AECI CEO Mark Dytor. Picture: MARTIN RHODES
AECI CEO Mark Dytor. Picture: MARTIN RHODES

Industrials group AECI is keen to start supplying asphalt to road builders in East Africa and would be "happy to invest" in manufacturing plants there, CEO Mark Dytor said on Wednesday.

AECI wanted to take the recently acquired Much Asphalt, Southern Africa’s largest supplier of hot and cold asphalt products, into new markets in Africa where the group already had a footprint.

"We see in places like Tanzania, Kenya and Zambia, there’s money going into infrastructure. We are there — we have registered entities on the continent that we will start leveraging."

In Kenya, for instance, the authorities plan to construct a 473km four-lane highway between Nairobi and Mombasa.

Dytor said asphalt plants needed to be within 200km of the projects they serviced, and AECI would be "happy to invest" in them, having made similar types of investments in explosives plants. Asphalt plants usually cost between R70m and R100m to construct, he said.

"And of course, you put them near a quarry where our explosives people are involved anyway, so there’s quite a nice strategic fit there."

AECI said on Wednesday its revenues grew by 24% to R10.5bn in the six months ended June, while headline earnings rose 19% to R483m.

That was "a good result", according to Aslam Dalvi, associate portfolio manager at Kagiso Asset Management.

While Much Asphalt and Schirm — the two new acquisitions — had contributed, "the core business delivered a reasonable performance considering the challenging South African environment", as well as the stronger rand and the drought in the Western Cape.

"While the performance of recent acquisitions has so far been out of line with expectations, there remains a large opportunity to extract value from these businesses and we would expect performance to improve meaningfully off this base," Dalvi said.

The outlook for AECI was positive, he said, adding that new investments, improving profitability from acquisitions and "the normalisation of margins" would help boost growth.

However, Dytor said the brewing global trade war is creating uncertainty and many of AECI’s large customers, including in the metals industry, would be affected.

For instance, many of the African mines that AECI exported from were Chinese-owned and were susceptible to China’s trade war with the US.

"So we’re watching it with a lot of interest. Definitely in the long term I think it’s going to have a large effect on some of the larger-end customers."

About 40% of AECI’s earnings come from outside SA. It has regional and international businesses in Africa, Europe and elsewhere.

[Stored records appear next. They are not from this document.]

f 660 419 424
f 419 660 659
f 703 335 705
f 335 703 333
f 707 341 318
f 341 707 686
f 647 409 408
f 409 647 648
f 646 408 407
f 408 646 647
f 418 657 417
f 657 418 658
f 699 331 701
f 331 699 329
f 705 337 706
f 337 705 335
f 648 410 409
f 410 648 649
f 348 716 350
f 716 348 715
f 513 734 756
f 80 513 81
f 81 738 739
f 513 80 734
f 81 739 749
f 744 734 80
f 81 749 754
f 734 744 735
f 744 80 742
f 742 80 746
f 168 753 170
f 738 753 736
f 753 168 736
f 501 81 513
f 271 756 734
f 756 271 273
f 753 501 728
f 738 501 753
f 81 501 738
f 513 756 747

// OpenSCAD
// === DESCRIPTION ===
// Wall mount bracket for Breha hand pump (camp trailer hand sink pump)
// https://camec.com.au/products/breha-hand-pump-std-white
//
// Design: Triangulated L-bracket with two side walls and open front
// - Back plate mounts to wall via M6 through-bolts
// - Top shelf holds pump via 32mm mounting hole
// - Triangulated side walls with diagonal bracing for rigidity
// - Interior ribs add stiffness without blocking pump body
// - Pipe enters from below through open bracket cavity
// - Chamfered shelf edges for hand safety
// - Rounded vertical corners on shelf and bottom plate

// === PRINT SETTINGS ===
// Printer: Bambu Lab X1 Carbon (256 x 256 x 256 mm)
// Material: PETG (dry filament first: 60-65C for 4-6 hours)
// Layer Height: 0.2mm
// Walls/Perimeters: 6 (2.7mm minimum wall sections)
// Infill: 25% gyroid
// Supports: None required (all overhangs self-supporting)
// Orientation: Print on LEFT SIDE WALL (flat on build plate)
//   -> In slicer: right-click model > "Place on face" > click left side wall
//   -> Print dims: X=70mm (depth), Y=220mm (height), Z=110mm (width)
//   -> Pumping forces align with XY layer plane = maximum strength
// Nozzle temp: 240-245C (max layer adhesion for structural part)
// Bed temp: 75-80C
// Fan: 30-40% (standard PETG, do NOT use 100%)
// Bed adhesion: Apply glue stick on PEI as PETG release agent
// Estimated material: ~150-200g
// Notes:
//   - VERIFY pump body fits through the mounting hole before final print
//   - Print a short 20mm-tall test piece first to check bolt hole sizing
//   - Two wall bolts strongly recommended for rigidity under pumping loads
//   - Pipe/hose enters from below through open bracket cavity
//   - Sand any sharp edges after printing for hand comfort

While AECI was looking at other acquisitions, Dytor said a bigger focus was on reducing debt, since it had net borrowings of R5.4bn.

The group has bridging loans worth more than R4bn from Standard Bank Group. Dytor said AECI had gone to market "to tie that up" and look for longer-term funding.

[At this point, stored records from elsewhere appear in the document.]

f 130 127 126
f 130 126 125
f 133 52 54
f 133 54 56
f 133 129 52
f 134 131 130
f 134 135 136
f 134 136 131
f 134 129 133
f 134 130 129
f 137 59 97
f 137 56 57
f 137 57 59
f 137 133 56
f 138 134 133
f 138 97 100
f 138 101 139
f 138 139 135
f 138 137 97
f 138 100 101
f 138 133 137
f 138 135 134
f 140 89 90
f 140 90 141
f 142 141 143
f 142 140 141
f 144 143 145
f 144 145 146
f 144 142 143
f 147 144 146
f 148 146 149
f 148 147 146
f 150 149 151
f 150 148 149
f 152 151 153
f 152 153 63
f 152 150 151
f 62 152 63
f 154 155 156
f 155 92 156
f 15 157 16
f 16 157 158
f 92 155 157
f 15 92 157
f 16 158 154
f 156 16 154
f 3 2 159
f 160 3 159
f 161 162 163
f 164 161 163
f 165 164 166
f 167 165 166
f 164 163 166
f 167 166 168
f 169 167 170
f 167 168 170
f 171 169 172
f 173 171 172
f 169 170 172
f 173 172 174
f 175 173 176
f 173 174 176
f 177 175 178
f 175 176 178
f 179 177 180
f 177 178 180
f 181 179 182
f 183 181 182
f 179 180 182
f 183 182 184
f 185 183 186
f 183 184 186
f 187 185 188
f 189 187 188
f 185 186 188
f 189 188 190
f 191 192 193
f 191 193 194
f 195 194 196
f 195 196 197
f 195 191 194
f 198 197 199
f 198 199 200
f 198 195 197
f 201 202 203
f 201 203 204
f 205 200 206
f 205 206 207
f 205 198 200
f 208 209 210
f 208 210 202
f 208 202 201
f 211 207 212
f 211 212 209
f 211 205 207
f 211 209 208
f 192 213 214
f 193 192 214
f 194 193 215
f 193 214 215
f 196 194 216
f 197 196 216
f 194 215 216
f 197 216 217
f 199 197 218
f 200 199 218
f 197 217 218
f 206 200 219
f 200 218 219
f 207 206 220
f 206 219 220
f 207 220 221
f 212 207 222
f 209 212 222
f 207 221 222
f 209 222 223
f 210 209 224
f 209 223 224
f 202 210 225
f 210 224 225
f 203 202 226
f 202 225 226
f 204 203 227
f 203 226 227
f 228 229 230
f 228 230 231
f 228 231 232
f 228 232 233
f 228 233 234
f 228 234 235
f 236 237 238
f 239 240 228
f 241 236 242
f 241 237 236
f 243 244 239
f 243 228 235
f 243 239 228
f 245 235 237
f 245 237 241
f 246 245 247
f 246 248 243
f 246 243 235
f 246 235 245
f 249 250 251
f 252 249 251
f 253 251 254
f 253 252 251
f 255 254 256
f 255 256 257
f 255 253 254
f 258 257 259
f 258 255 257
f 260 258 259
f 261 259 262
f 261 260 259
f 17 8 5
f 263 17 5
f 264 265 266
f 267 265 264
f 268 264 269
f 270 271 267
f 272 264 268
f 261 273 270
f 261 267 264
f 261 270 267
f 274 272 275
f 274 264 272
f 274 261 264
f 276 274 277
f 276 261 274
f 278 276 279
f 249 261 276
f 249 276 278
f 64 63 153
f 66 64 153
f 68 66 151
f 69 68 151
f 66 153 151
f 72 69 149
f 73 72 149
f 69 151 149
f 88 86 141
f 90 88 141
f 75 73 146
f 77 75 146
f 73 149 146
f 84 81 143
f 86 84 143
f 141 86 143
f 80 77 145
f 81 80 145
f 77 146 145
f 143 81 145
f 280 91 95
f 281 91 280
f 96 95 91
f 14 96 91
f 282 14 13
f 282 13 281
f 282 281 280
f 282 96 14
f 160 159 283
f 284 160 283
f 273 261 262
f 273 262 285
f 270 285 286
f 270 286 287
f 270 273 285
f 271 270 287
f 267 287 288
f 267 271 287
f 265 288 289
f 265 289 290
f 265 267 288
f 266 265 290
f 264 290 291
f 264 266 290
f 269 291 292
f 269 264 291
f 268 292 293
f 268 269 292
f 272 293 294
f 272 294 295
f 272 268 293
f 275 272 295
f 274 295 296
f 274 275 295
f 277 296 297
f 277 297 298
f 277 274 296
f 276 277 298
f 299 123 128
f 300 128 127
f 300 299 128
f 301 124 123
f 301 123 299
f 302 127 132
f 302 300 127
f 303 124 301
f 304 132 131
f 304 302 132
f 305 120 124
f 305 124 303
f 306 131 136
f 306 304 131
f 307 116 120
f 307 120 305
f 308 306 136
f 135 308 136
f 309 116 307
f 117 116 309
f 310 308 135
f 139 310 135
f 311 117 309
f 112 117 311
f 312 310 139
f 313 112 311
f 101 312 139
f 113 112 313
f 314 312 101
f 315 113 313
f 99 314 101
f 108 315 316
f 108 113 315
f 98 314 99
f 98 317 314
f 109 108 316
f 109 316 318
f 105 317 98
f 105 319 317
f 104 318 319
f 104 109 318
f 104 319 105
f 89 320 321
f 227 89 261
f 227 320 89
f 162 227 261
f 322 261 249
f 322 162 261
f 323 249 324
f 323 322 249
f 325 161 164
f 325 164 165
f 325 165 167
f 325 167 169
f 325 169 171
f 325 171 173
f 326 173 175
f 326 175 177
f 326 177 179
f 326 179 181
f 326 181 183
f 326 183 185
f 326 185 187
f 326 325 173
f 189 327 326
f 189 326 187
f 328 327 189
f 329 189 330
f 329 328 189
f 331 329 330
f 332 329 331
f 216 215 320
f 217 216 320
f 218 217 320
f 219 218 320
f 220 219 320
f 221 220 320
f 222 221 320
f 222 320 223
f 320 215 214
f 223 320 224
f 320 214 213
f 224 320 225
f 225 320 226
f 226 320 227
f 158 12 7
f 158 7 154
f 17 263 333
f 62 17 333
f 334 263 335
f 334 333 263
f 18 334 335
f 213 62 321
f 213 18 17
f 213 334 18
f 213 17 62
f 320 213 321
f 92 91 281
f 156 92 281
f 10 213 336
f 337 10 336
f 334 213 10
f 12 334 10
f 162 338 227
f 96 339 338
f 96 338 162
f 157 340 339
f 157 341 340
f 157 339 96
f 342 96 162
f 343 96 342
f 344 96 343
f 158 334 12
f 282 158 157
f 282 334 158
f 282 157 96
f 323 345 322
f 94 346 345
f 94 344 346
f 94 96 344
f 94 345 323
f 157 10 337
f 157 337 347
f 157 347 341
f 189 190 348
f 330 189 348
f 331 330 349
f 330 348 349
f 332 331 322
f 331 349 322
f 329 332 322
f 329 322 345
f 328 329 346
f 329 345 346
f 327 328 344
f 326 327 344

The group had asked for proposals from banks and other lending institutions in SA and other markets.

Dytor said the group was "cautiously optimistic" about the trading environment "because no one knows what the next six months is going to bring".

The "positive changes" in SA’s political environment had not yet translated into accelerated economic growth "and a step-change in the short term appears unlikely".